Cohere → OpenObserve
Capture token usage, latency, and model metadata for every Cohere inference call. The Cohere SDK does not have a dedicated OTel instrumentor, so traces are created by wrapping calls in manual spans and extracting usage data from the response.
Prerequisites
- Python 3.8+
- An OpenObserve account (cloud or self-hosted)
- Your OpenObserve organisation ID and Base64-encoded auth token
- A Cohere API key
Installation
Configuration
Create a .env file in your project root:
OPENOBSERVE_URL=https://api.openobserve.ai/
OPENOBSERVE_ORG=your_org_id
OPENOBSERVE_AUTH_TOKEN=Basic <your_base64_token>
COHERE_API_KEY=your-cohere-api-key
Instrumentation
Call openobserve_init() to set up the tracer provider, then wrap each Cohere call in a manual span and extract token counts from the response metadata.
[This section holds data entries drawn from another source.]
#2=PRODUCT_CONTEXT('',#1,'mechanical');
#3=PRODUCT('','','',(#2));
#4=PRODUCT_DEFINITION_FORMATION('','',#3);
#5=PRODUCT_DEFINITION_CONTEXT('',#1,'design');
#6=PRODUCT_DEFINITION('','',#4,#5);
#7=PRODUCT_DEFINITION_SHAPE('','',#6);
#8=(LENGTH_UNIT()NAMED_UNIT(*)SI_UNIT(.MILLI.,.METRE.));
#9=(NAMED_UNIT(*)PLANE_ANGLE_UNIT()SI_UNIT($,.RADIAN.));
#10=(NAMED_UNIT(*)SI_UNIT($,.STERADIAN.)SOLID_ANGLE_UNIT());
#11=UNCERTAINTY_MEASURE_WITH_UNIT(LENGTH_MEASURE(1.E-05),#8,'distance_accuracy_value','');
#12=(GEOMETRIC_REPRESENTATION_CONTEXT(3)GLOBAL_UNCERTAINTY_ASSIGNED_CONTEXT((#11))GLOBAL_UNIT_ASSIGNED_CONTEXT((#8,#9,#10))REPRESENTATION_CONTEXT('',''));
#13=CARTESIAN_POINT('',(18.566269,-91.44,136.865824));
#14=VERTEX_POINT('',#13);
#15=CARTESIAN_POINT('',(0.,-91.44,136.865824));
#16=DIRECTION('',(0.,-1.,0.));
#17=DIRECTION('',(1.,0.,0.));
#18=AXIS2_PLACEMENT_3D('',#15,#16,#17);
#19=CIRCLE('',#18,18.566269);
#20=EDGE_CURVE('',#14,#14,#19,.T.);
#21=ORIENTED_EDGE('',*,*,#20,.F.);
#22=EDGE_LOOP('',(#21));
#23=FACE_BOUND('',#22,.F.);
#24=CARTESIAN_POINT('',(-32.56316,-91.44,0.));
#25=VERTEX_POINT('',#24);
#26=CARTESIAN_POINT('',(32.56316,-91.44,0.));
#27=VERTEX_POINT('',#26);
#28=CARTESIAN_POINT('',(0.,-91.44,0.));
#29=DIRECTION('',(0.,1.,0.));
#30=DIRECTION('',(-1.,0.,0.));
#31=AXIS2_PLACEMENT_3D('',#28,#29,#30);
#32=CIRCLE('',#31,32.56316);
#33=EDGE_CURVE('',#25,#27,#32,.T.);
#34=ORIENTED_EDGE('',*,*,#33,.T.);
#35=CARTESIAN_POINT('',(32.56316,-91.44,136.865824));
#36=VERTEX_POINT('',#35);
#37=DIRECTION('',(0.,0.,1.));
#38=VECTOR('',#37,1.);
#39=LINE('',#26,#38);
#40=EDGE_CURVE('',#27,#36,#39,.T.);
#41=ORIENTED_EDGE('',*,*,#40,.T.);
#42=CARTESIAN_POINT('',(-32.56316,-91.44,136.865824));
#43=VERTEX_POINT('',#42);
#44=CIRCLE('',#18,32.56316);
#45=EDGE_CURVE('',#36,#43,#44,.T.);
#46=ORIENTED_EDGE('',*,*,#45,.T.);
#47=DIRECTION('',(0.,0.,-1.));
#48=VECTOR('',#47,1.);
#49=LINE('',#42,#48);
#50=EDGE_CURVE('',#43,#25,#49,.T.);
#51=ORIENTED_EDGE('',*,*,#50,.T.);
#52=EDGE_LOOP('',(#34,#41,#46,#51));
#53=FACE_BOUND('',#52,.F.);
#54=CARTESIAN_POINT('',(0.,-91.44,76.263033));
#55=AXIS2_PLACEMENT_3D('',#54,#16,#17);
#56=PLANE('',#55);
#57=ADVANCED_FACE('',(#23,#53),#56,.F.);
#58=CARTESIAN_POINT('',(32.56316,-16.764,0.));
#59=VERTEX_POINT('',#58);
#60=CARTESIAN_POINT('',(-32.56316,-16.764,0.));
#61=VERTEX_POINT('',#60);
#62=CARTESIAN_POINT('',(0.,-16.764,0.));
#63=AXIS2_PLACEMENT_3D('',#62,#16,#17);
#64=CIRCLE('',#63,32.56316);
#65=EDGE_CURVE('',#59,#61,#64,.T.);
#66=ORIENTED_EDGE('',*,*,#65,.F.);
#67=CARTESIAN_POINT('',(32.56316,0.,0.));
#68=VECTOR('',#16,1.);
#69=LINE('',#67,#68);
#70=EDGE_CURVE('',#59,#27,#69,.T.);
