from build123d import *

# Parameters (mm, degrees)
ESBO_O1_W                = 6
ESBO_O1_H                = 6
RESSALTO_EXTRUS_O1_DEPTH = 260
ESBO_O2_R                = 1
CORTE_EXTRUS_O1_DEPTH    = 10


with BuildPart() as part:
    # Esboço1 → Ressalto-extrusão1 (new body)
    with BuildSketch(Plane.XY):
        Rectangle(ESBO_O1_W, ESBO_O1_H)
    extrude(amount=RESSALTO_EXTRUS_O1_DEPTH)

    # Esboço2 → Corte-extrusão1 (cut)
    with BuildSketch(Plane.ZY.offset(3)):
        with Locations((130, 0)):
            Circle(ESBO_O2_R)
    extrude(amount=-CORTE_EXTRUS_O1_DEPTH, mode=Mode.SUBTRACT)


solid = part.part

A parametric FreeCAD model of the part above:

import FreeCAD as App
import Part
import Sketcher

doc = App.newDocument("Part")
body = doc.addObject("PartDesign::Body", "Body")

# Sketch on XY plane
sketch1 = doc.addObject("Sketcher::SketchObject", "Sketch")
body.addObject(sketch1)
sketch1.AttachmentSupport = (doc.XY_Plane, [""])
sketch1.MapMode = "FlatFace"
sketch1.addGeometry([
    Part.LineSegment(App.Vector(-3, 3, 0), App.Vector(-3, -3, 0)),
    Part.LineSegment(App.Vector(-3, -3, 0), App.Vector(3, -3, 0)),
    Part.LineSegment(App.Vector(3, -3, 0), App.Vector(3, 3, 0)),
    Part.LineSegment(App.Vector(3, 3, 0), App.Vector(-3, 3, 0)),
], False)
sketch1.addConstraint([
    Sketcher.Constraint("Coincident", 0, 2, 1, 1),
    Sketcher.Constraint("Coincident", 1, 2, 2, 1),
    Sketcher.Constraint("Coincident", 2, 2, 3, 1),
    Sketcher.Constraint("Coincident", 3, 2, 0, 1),
    Sketcher.Constraint("Vertical", 0),
    Sketcher.Constraint("Horizontal", 1),
    Sketcher.Constraint("Vertical", 2),
    Sketcher.Constraint("Horizontal", 3),
    Sketcher.Constraint("Symmetric", 0, 2, 2, 2, -1, 1),
    Sketcher.Constraint("Equal", 3, 0),
    Sketcher.Constraint("DistanceX", 1, 1, 1, 2, 6.0),
])
pad1 = doc.addObject("PartDesign::Pad", "Pad")
body.addObject(pad1)
pad1.Profile = sketch1
pad1.Length = 260

# Sketch on YZ plane
sketch2 = doc.addObject("Sketcher::SketchObject", "Sketch001")
body.addObject(sketch2)
sketch2.AttachmentSupport = (doc.YZ_Plane, [""])
sketch2.MapMode = "FlatFace"
sketch2.AttachmentOffset = App.Placement(App.Vector(0, 0, -3), App.Rotation())
sketch2.addGeometry(Part.Circle(App.Vector(0, 130, 0), App.Vector(0, 0, 1), 1), False)
sketch2.addConstraint([
    Sketcher.Constraint("PointOnObject", 0, 3, -2),
    Sketcher.Constraint("Diameter", 0, 2.0),
    Sketcher.Constraint("DistanceY", -1, 1, 0, 3, 130.0),
])
pocket1 = doc.addObject("PartDesign::Pocket", "Pocket")
body.addObject(pocket1)
pocket1.Profile = sketch2
pocket1.Length = 10
pocket1.Reversed = True

doc.recompute()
from dotenv import load_dotenv
load_dotenv()
from openobserve import openobserve_init
openobserve_init()
import os
from opentelemetry import trace
import cohere
tracer = trace.get_tracer(__name__)
co = cohere.Client(api_key=os.environ["COHERE_API_KEY"])
def chat(message: str, model: str = "command-r-08-2024") -> str:
with tracer.start_as_current_span("cohere.chat") as span:
span.set_attribute("llm_model_name", model)
span.set_attribute("input_value", message)
response = co.chat(model=model, message=message)
output = response.text
span.set_attribute("output_value", output[:200])
if hasattr(response, "meta") and response.meta and response.meta.tokens:
span.set_attribute("llm_token_count_prompt", response.meta.tokens.input_tokens or 0)
span.set_attribute("llm_token_count_completion", response.meta.tokens.output_tokens or 0)
return output
result = chat("Explain distributed tracing in one sentence.")
print(result)
What Gets Captured
Each co.chat() call wrapped in a span produces the following attributes.
| Attribute | Description |
|---|---|
llm_model_name |
Model used (e.g. command-r-08-2024) |
input_value |
Prompt sent to the model |
output_value |
First 200 characters of the response |
llm_token_count_prompt |
Input tokens consumed |
llm_token_count_completion |
Output tokens generated |
duration |
End-to-end span latency |
span_status |
UNSET on success, ERROR on failure |
Viewing Traces
- Log in to OpenObserve and navigate to Traces
- Filter by operation name
cohere.chatto find Cohere spans - Click any span to inspect token counts and the prompt and response

Next Steps
With Cohere instrumented, every chat call is recorded in OpenObserve. From here you can track token usage per model, monitor latency, and set alerts on error spans.